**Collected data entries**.
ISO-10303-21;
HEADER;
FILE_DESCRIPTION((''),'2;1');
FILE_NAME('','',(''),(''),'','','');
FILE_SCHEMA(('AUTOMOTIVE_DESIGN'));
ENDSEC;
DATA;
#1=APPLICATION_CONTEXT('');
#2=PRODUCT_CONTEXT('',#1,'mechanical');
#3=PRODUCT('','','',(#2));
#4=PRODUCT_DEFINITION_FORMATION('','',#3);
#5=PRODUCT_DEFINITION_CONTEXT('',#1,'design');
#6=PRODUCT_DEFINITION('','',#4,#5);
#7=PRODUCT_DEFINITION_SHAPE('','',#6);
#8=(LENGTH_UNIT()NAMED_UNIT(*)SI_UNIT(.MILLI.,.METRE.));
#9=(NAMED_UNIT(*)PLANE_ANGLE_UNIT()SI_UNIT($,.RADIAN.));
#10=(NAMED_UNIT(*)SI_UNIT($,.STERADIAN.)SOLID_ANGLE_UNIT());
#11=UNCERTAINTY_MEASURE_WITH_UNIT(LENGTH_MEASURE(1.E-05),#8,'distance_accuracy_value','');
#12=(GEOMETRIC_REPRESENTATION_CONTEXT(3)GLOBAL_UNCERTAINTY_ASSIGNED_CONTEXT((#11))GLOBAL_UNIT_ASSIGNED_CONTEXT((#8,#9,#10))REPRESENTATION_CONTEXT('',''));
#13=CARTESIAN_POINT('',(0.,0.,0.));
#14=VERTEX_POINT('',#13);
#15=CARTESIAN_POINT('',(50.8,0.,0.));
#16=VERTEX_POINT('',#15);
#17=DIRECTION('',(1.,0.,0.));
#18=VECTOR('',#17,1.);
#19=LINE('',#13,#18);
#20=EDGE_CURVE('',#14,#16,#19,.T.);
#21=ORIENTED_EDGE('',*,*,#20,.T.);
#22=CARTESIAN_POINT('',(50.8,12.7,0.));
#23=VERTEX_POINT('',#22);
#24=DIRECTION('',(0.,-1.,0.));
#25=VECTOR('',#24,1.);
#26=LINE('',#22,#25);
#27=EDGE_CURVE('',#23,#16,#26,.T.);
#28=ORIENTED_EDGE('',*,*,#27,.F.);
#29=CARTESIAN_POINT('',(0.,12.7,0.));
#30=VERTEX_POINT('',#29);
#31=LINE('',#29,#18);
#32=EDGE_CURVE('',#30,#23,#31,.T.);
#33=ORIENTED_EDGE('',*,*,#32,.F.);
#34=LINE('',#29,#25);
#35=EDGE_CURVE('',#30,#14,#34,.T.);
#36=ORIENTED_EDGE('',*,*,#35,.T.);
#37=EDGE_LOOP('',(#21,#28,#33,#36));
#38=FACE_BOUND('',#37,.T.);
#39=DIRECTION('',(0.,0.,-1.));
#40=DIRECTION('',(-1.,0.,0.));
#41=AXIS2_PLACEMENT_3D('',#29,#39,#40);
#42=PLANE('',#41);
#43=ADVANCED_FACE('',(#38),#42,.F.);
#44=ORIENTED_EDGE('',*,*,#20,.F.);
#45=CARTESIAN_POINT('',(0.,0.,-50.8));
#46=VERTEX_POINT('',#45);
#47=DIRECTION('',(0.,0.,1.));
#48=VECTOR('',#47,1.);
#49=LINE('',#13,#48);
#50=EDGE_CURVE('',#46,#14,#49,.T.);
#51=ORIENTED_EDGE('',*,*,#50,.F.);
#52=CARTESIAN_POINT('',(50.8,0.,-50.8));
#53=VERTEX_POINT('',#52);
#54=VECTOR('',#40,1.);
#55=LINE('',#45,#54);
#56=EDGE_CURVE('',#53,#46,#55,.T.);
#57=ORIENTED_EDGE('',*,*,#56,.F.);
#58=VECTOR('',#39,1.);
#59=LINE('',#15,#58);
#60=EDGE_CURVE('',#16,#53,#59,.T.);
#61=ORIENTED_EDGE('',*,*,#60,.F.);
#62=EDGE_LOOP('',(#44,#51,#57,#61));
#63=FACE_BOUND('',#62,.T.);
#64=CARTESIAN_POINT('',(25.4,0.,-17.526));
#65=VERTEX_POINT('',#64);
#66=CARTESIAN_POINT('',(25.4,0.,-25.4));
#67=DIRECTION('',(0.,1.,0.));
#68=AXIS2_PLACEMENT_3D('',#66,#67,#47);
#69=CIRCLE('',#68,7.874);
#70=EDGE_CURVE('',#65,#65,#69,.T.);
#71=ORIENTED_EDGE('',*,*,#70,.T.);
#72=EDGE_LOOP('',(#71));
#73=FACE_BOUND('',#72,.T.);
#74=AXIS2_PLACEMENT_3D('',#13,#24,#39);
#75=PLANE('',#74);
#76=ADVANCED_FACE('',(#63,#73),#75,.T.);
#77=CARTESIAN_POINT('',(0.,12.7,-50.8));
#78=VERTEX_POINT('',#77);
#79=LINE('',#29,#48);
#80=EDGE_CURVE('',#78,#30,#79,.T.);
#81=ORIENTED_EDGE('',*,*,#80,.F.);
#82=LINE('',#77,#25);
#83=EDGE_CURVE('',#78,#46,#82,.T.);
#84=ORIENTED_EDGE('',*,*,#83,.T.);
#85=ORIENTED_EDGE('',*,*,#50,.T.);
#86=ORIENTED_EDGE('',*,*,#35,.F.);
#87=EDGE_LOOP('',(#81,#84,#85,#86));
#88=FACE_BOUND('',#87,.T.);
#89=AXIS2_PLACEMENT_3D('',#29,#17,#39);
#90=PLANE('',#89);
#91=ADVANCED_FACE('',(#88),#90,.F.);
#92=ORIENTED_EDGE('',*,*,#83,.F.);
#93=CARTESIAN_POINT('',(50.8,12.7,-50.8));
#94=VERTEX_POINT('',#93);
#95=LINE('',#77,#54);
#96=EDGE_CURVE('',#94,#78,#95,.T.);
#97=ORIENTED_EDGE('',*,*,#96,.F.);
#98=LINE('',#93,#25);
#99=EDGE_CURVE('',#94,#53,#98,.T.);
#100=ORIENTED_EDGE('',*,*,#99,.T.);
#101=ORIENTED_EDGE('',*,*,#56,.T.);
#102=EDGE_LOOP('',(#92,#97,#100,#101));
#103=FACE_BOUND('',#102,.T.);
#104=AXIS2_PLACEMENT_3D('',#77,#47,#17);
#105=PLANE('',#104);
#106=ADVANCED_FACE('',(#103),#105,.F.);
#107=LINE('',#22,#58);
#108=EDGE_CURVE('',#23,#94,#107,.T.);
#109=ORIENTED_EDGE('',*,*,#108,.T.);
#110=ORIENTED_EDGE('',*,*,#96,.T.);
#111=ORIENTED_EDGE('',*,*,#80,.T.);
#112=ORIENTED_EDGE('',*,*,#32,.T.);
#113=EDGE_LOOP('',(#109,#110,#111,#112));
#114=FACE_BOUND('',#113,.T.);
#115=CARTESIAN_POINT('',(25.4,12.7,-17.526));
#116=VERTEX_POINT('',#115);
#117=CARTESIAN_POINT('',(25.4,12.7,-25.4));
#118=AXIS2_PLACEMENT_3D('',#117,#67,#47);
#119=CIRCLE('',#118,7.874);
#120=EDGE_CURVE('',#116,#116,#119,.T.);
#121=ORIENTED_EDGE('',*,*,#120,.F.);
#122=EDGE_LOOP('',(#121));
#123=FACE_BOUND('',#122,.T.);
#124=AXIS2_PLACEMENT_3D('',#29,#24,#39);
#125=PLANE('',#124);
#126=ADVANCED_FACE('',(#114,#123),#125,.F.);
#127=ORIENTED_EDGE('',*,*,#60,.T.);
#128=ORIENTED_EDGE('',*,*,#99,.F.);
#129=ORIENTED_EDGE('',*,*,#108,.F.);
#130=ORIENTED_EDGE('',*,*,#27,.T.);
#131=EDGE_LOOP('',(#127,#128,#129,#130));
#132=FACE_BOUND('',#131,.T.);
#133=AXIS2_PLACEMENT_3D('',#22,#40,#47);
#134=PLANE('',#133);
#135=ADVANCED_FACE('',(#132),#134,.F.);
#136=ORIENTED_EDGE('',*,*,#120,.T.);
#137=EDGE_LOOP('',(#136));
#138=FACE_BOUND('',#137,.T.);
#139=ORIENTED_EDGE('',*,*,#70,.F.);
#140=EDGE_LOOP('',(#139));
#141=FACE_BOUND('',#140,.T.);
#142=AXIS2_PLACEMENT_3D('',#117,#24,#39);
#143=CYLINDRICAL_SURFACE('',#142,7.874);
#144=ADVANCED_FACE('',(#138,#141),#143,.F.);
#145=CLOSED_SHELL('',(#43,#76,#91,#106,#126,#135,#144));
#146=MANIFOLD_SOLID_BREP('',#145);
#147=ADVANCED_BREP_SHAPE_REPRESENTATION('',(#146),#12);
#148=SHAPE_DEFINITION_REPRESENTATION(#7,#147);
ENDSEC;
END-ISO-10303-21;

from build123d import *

# Parameters (mm, degrees)
SKETCH1_W           = 50.8
SKETCH1_H           = 50.8
SKETCH1_R           = 7.874
BOSS_EXTRUDE1_DEPTH = 12.7


with BuildPart() as part:
    # Sketch1 → Boss-Extrude1 (new body)
    with BuildSketch(Plane(origin=(0, 0, 0), x_dir=(1, 0, 0), z_dir=(0, 1, 0))):
        with Locations((25.4, 25.4)):
            Rectangle(SKETCH1_W, SKETCH1_H)
        with Locations((25.4, 25.4)):
            Circle(SKETCH1_R, mode=Mode.SUBTRACT)
    extrude(amount=BOSS_EXTRUDE1_DEPTH)


solid = part.part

**DESCRIPTION OF THE TASK**. The lines above from the one with "#96=EDGE_CURVE('',#94,#78,#95,.T.);" through the one with "END-ISO-10303-21;" are to be duplicated exactly, ends included, with nothing added.

**OUTPUT OF THE EXERCISE**.
#96=EDGE_CURVE('',#94,#78,#95,.T.);
#97=ORIENTED_EDGE('',*,*,#96,.F.);
#98=LINE('',#93,#25);
#99=EDGE_CURVE('',#94,#53,#98,.T.);
#100=ORIENTED_EDGE('',*,*,#99,.T.);
#101=ORIENTED_EDGE('',*,*,#56,.T.);
#102=EDGE_LOOP('',(#92,#97,#100,#101));
#103=FACE_BOUND('',#102,.T.);
#104=AXIS2_PLACEMENT_3D('',#77,#47,#17);
#105=PLANE('',#104);
#106=ADVANCED_FACE('',(#103),#105,.F.);
#107=LINE('',#22,#58);
#108=EDGE_CURVE('',#23,#94,#107,.T.);
#109=ORIENTED_EDGE('',*,*,#108,.T.);
#110=ORIENTED_EDGE('',*,*,#96,.T.);
#111=ORIENTED_EDGE('',*,*,#80,.T.);
#112=ORIENTED_EDGE('',*,*,#32,.T.);
#113=EDGE_LOOP('',(#109,#110,#111,#112));
#114=FACE_BOUND('',#113,.T.);
#115=CARTESIAN_POINT('',(25.4,12.7,-17.526));
#116=VERTEX_POINT('',#115);
#117=CARTESIAN_POINT('',(25.4,12.7,-25.4));
#118=AXIS2_PLACEMENT_3D('',#117,#67,#47);
#119=CIRCLE('',#118,7.874);
#120=EDGE_CURVE('',#116,#116,#119,.T.);
#121=ORIENTED_EDGE('',*,*,#120,.F.);
#122=EDGE_LOOP('',(#121));
#123=FACE_BOUND('',#122,.T.);
#124=AXIS2_PLACEMENT_3D('',#29,#24,#39);
#125=PLANE('',#124);
#126=ADVANCED_FACE('',(#114,#123),#125,.F.);
#127=ORIENTED_EDGE('',*,*,#60,.T.);
#128=ORIENTED_EDGE('',*,*,#99,.F.);
#129=ORIENTED_EDGE('',*,*,#108,.F.);
#130=ORIENTED_EDGE('',*,*,#27,.T.);
#131=EDGE_LOOP('',(#127,#128,#129,#130));
#132=FACE_BOUND('',#131,.T.);
#133=AXIS2_PLACEMENT_3D('',#22,#40,#47);
#134=PLANE('',#133);
#135=ADVANCED_FACE('',(#132),#134,.F.);
#136=ORIENTED_EDGE('',*,*,#120,.T.);
#137=EDGE_LOOP('',(#136));
#138=FACE_BOUND('',#137,.T.);
#139=ORIENTED_EDGE('',*,*,#70,.F.);
#140=EDGE_LOOP('',(#139));
#141=FACE_BOUND('',#140,.T.);
#142=AXIS2_PLACEMENT_3D('',#117,#24,#39);
#143=CYLINDRICAL_SURFACE('',#142,7.874);
#144=ADVANCED_FACE('',(#138,#141),#143,.F.);
#145=CLOSED_SHELL('',(#43,#76,#91,#106,#126,#135,#144));
#146=MANIFOLD_SOLID_BREP('',#145);
#147=ADVANCED_BREP_SHAPE_REPRESENTATION('',(#146),#12);
#148=SHAPE_DEFINITION_REPRESENTATION(#7,#147);
ENDSEC;
END-ISO-10303-21;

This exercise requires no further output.